Action item:
One part of the entries below is wanted: the lines from the one containing "#190=PLANE('',#126);" through the one containing "#194=ADVANCED_BREP_SHAPE_REPRESENTATION('',(#193),#12);". Write those out exactly and nothing else.

(Stored data)
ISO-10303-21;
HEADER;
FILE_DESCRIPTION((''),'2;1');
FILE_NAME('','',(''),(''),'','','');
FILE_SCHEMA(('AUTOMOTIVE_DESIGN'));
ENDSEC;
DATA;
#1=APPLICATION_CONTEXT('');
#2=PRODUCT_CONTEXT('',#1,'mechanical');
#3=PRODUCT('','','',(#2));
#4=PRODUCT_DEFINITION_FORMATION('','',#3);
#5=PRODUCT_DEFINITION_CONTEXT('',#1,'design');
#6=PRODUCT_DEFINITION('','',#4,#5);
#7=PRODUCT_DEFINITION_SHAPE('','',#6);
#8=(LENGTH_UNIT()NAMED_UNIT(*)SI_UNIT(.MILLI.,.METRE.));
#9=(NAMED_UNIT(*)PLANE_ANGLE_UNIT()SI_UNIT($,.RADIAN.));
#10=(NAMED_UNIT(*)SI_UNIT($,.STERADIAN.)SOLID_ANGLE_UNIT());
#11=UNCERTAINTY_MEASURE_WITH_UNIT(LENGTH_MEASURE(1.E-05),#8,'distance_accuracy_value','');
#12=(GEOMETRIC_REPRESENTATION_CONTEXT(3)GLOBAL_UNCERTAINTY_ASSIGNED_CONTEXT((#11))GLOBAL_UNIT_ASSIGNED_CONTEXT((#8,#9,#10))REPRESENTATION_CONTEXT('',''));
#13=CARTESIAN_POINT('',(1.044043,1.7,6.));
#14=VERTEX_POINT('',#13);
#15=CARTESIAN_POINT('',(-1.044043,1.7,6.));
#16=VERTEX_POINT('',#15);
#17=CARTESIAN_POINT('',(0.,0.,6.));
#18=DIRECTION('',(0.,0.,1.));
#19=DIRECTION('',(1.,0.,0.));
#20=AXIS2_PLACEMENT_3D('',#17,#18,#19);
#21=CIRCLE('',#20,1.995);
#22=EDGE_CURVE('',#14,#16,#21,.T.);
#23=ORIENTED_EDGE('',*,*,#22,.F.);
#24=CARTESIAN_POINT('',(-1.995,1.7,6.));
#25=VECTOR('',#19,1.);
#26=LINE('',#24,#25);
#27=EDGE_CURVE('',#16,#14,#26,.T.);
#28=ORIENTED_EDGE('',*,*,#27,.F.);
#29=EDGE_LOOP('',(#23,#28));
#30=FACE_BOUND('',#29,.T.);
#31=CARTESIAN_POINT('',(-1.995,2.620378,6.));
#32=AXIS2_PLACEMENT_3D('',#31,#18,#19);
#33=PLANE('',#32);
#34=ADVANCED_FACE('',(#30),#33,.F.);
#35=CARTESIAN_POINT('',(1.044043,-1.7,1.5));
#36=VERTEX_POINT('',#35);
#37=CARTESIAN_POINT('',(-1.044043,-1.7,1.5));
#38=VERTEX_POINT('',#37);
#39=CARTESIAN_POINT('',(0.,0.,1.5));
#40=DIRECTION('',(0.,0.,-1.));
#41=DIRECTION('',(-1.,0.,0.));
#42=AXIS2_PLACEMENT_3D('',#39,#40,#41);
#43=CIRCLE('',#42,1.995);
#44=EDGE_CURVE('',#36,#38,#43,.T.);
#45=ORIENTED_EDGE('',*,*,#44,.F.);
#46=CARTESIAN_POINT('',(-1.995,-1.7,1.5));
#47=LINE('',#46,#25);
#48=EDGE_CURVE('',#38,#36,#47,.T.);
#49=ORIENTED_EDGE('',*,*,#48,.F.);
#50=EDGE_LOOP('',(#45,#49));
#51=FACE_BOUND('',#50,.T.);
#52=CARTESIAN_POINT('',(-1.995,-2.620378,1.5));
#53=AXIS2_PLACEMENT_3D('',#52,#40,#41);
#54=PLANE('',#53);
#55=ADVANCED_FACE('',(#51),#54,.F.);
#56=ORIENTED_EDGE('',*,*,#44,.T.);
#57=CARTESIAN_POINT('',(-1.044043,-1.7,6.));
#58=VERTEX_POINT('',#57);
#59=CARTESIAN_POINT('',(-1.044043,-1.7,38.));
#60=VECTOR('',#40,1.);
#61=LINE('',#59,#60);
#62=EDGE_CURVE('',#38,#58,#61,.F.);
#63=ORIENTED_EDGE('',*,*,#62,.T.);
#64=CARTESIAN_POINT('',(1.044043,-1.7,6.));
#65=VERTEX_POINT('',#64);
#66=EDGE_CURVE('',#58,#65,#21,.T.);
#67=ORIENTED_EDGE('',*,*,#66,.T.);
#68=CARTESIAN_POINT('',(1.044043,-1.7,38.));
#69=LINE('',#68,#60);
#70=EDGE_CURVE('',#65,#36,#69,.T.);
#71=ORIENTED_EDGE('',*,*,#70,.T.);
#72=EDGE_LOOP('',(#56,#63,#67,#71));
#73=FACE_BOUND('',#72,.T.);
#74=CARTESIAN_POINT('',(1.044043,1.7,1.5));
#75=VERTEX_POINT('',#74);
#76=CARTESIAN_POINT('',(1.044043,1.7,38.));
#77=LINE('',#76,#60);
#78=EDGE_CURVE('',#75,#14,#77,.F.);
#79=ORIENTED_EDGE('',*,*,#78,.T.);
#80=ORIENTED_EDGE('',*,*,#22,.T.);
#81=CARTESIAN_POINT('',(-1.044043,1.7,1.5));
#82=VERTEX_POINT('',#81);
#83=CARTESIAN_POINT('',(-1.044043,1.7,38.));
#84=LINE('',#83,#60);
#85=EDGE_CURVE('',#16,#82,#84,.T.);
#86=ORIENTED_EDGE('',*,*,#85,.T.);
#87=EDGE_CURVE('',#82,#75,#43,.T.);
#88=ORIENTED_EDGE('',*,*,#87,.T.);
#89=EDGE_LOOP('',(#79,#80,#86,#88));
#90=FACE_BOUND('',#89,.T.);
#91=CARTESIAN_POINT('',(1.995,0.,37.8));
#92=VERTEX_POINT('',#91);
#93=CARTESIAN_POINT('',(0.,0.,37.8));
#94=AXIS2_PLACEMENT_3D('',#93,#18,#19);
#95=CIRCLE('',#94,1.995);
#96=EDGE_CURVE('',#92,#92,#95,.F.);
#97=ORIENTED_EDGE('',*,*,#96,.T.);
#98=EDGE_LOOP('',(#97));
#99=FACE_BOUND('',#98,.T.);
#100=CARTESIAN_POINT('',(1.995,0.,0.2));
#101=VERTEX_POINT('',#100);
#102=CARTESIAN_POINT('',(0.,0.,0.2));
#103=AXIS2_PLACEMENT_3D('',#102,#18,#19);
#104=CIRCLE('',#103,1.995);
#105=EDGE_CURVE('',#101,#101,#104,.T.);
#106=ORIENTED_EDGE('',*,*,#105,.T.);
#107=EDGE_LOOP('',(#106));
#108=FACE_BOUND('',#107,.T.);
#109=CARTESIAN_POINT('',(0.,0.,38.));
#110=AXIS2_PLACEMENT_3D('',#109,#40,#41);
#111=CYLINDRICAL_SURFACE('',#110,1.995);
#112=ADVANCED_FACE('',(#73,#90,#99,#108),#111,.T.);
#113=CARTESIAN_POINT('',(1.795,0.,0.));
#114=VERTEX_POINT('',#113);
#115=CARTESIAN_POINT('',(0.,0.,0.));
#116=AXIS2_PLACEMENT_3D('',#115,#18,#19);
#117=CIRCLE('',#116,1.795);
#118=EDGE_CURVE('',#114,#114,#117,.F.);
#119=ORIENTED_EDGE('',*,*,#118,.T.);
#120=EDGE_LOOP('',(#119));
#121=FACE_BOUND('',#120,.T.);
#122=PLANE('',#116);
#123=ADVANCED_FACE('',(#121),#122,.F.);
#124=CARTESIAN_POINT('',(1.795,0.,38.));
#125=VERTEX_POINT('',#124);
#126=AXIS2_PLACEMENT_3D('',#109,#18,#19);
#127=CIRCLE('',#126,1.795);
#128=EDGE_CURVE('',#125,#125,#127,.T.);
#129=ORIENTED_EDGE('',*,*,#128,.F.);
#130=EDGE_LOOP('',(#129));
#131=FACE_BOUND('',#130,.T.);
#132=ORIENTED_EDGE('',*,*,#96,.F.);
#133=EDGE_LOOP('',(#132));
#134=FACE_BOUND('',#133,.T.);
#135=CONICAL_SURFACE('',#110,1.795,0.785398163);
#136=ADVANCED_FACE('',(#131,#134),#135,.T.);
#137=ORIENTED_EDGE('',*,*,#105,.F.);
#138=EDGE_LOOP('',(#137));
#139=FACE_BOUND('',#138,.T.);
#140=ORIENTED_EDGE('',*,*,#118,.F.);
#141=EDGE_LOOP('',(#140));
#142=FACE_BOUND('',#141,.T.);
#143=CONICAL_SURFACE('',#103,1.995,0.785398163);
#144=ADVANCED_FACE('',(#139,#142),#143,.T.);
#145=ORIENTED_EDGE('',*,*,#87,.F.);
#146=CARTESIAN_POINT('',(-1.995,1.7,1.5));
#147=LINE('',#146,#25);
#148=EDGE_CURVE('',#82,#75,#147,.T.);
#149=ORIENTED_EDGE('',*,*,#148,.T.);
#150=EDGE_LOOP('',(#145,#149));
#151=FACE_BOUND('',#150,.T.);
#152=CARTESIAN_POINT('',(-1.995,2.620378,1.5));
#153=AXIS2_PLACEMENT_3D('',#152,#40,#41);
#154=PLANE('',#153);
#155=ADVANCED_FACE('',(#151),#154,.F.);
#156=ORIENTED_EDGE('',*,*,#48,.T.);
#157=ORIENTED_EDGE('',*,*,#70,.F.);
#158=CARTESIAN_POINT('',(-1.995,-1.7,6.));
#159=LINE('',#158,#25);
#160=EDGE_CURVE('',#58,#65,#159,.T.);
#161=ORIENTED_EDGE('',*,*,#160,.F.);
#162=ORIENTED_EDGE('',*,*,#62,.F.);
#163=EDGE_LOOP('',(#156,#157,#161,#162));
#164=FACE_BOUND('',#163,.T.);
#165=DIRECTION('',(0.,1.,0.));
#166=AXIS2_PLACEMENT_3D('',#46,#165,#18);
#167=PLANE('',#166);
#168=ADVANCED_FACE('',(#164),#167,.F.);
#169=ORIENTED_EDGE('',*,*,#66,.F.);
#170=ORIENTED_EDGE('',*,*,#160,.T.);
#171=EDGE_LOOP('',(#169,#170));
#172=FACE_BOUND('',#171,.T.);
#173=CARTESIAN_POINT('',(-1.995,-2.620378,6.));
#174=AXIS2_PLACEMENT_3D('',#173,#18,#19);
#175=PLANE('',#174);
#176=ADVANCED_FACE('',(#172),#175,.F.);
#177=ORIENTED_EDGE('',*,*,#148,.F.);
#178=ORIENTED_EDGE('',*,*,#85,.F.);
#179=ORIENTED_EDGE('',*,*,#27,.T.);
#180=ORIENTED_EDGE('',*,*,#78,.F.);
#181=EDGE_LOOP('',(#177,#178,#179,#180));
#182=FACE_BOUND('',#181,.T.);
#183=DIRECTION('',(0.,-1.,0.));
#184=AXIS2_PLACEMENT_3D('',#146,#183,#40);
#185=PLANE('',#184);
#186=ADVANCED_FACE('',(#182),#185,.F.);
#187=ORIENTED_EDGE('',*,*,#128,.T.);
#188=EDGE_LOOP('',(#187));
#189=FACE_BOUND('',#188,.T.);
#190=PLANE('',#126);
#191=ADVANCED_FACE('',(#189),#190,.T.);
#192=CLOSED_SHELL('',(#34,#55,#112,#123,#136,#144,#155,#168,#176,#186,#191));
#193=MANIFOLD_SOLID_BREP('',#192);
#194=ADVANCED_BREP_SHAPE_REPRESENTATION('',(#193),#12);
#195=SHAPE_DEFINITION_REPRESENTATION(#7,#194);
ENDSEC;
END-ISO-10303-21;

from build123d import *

# Parameters (mm, degrees)
SKETCH1_R               = 1.995
BOSS_EXTRUDE1_DEPTH     = 38
SKETCH2_W               = 4.5
SKETCH2_H               = 0.920377874
CUT_EXTRUDE1_DEPTH      = 2.995
CUT_EXTRUDE1_DEPTH_BACK = 2.995
CHAMFER1_SIZE           = 0.2


with BuildPart() as part:
    # Sketch1 → Boss-Extrude1 (new body)
    with BuildSketch(Plane.XY):
        Circle(SKETCH1_R)
    extrude(amount=BOSS_EXTRUDE1_DEPTH)

    # Sketch2 → Cut-Extrude1 (cut, two sides)
    with BuildSketch(Plane(origin=(0, 0, 0), x_dir=(0, 0, -1), z_dir=(1, 0, 0))) as cut_extrude1_sk:
        with Locations((-3.75, 2.160188937)):
            Rectangle(SKETCH2_W, SKETCH2_H)
        with Locations((-3.75, -2.160188937)):
            Rectangle(SKETCH2_W, SKETCH2_H)
    extrude(amount=CUT_EXTRUDE1_DEPTH, mode=Mode.SUBTRACT)
    extrude(cut_extrude1_sk.sketch, amount=-CUT_EXTRUDE1_DEPTH_BACK, mode=Mode.SUBTRACT)

    # Chamfer1
    chamfer1_edges = [part.edges().sort_by_distance(p)[0] for p in [
        (-1.995, 0, 0),
        (-1.995, 0, 38),
    ]]
    chamfer(chamfer1_edges, length=CHAMFER1_SIZE)


solid = part.part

Result for this exercise:
#190=PLANE('',#126);
#191=ADVANCED_FACE('',(#189),#190,.T.);
#192=CLOSED_SHELL('',(#34,#55,#112,#123,#136,#144,#155,#168,#176,#186,#191));
#193=MANIFOLD_SOLID_BREP('',#192);
#194=ADVANCED_BREP_SHAPE_REPRESENTATION('',(#193),#12);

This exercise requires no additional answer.